BiGRU_layer_6 = Bidirectional(GRU(128,
kernel_initializer='glorot_normal', #"We use the Xavier normal initializer [34] for the kernel weights" #Question: Is this parameter the right one? Does kernel weights == kernel_initializer
bias_initializer='zeros', #...with zero-initialized biases"
recurrent_initializer=Orthogonal(gain=1.0, seed=None), # "The initializer for the recurrent states is a random orthogonal matrix" #Going to assume this is the 'initializer for the recurrent state'
return_sequences=True #?
),
input_shape=(512,1024), #Assuming first value == time steps in the paper
merge_mode='concat'#"The stacked bidirectional RNNs share their hidden states, so that the hidden state (ℎ𝑡 𝑙) of a bi-GRU unit in layer l at time t is obtained by concatenating its forward (ℎ𝑡 ⃗⃗⃗ 𝑙 ) and backward (ℎ𝑡⃖⃗⃗𝑙⃗ ) hidden states, which depend on the lower layer l–1 at time t and this layer at time t–1"

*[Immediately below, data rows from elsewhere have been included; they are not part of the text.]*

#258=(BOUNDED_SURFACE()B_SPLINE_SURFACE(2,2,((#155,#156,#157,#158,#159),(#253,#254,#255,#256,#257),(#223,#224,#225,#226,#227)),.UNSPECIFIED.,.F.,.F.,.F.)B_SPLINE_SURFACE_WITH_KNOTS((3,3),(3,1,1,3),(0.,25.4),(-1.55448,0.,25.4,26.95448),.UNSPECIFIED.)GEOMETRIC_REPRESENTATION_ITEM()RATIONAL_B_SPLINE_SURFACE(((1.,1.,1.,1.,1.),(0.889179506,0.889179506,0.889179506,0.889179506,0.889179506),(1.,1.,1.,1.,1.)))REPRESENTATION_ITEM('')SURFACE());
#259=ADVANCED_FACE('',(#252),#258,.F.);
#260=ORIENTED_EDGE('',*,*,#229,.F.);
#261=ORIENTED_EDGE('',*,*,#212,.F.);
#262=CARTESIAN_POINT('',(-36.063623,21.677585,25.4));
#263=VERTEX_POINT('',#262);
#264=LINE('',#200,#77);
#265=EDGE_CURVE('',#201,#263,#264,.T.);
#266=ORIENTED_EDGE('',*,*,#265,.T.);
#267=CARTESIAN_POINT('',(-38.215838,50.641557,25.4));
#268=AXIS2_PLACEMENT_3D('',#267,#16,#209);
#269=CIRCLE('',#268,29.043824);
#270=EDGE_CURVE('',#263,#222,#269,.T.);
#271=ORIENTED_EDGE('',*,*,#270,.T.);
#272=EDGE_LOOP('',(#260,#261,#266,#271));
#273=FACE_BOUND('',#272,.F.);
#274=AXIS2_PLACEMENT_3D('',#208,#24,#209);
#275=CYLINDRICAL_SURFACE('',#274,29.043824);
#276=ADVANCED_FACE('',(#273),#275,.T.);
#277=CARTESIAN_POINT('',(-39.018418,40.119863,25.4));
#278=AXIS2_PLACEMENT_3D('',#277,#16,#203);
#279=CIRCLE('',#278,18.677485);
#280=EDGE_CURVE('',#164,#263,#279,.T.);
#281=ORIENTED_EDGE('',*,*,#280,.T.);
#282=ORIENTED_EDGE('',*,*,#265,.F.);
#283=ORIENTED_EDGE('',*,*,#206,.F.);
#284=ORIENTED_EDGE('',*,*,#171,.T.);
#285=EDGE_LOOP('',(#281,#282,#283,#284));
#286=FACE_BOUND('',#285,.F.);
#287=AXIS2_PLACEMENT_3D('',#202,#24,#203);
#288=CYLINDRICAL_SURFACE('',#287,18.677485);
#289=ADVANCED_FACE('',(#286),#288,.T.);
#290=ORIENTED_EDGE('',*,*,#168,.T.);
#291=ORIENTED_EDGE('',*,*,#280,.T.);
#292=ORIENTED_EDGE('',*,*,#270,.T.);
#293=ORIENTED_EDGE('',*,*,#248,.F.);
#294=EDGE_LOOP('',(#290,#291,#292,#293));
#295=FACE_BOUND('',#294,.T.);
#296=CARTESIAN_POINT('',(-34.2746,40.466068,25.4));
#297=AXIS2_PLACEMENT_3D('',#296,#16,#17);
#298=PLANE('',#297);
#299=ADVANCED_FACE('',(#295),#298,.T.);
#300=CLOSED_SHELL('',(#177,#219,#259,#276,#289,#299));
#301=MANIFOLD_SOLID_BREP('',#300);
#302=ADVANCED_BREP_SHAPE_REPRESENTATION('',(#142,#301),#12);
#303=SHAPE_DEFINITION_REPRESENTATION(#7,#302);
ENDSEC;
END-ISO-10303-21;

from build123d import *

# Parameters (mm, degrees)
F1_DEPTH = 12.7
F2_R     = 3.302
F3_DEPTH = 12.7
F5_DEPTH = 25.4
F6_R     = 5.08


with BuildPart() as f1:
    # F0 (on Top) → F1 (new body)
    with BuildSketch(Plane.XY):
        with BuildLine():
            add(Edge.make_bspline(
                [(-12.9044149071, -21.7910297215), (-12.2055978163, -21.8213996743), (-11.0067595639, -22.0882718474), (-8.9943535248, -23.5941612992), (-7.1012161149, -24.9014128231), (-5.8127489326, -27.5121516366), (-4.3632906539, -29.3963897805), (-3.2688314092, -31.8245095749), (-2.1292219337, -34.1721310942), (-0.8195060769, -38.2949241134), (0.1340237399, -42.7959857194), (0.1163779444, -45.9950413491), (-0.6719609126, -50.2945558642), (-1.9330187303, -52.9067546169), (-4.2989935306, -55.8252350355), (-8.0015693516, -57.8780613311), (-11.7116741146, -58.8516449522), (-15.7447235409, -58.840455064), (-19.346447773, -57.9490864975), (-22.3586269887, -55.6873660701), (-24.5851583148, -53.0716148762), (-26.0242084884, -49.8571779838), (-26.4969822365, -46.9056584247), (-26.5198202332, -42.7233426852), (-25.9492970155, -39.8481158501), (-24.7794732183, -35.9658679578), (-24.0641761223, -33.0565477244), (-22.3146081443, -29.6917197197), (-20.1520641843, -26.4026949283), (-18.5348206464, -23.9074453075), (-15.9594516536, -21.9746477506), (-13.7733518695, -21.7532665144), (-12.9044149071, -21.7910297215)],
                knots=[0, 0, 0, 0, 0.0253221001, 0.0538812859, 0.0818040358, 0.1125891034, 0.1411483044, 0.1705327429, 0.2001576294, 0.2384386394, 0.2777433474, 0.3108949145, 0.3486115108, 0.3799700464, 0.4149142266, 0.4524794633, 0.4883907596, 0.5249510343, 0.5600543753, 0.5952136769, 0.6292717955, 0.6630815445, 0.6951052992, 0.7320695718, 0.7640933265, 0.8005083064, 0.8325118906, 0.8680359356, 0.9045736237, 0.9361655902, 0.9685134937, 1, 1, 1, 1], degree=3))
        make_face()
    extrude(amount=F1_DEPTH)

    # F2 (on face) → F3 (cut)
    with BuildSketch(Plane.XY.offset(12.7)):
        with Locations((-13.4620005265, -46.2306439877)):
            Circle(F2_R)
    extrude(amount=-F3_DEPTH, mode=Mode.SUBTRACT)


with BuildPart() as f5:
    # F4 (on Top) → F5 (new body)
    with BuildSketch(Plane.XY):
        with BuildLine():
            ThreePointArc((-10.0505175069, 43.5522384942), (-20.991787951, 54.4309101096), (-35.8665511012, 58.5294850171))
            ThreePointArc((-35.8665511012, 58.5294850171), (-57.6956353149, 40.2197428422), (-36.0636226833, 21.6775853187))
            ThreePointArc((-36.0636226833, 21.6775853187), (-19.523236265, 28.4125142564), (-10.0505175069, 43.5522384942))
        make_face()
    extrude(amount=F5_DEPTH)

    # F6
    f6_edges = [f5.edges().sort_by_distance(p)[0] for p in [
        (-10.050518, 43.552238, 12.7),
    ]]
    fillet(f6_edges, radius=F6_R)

#Keras Documentation: merge_mode: Mode by which outputs of the forward and backward RNNs will be combined.
#Maybe I'm mixing one thing for another here.
) #I assume timesteps == samples in this case?
GRU_layer_7 = keras.layers.GRU(1)
model.add(BiGRU_layer_1)
#model.add(Reshape((1024, 4))) This works but shape is 1024 for next layer
#model.add(Reshape((1024, 4), input_shape=(512, 2))) This also works but shape is still 1024 for the next layer
#model.add(Reshape((1024, 4), input_shape=(0.5, 512)))
model.add(BiGRU_layer_2)
model.add(BiGRU_layer_3)
model.add(BiGRU_layer_4)
model.add(BiGRU_layer_5)
model.add(BiGRU_layer_6)
model.add(GRU_layer_7)
#Wav file:
#How does the model take in data? Does a WAV file have to be reformatted to something?
#I know it's possible read wave files using scipy like so, but would the samples just be fed into the first layer?
from scipy.io import wavfile
import scipy.io
audio = wavfile.read('file.wav')
samplerate = audio[0]
data = audio[1]
#Get the first 100 samples:
data[:100]
def length(audio, number_of_samples=1412):
samplerate, data = audio
if number_of_samples is not None:
return data[:number_of_samples].shape[0] / samplerate
else:
return data.shape[0] / samplerate
#If your wave file is 22kHz, 1412 will give you an approximation of 64 ms (the chunk length they use in their paper):
#length(audio, number_of_samples=1412)
#Will output: 0.06403628117913832
#For 16kHz (the rate they use in their paper):
#length(audio, number_of_samples=1024)
#Will output: 0.064
#To calculate the number of samples you'd need for a particular sample rate:
#milliseconds * sample rate = number of samples
#64 * 44.1 = 2822.4
#So you might round up or down.
#Now the question is, how do you feed in the data, do you just feed in the first 1024 samples, then the next to the first Keras layer?
#Are you just giving it noisy signals or noisy + clean?
#Is that what the 2 units of the first layer are for, or is that the function of the bidirectional RNN?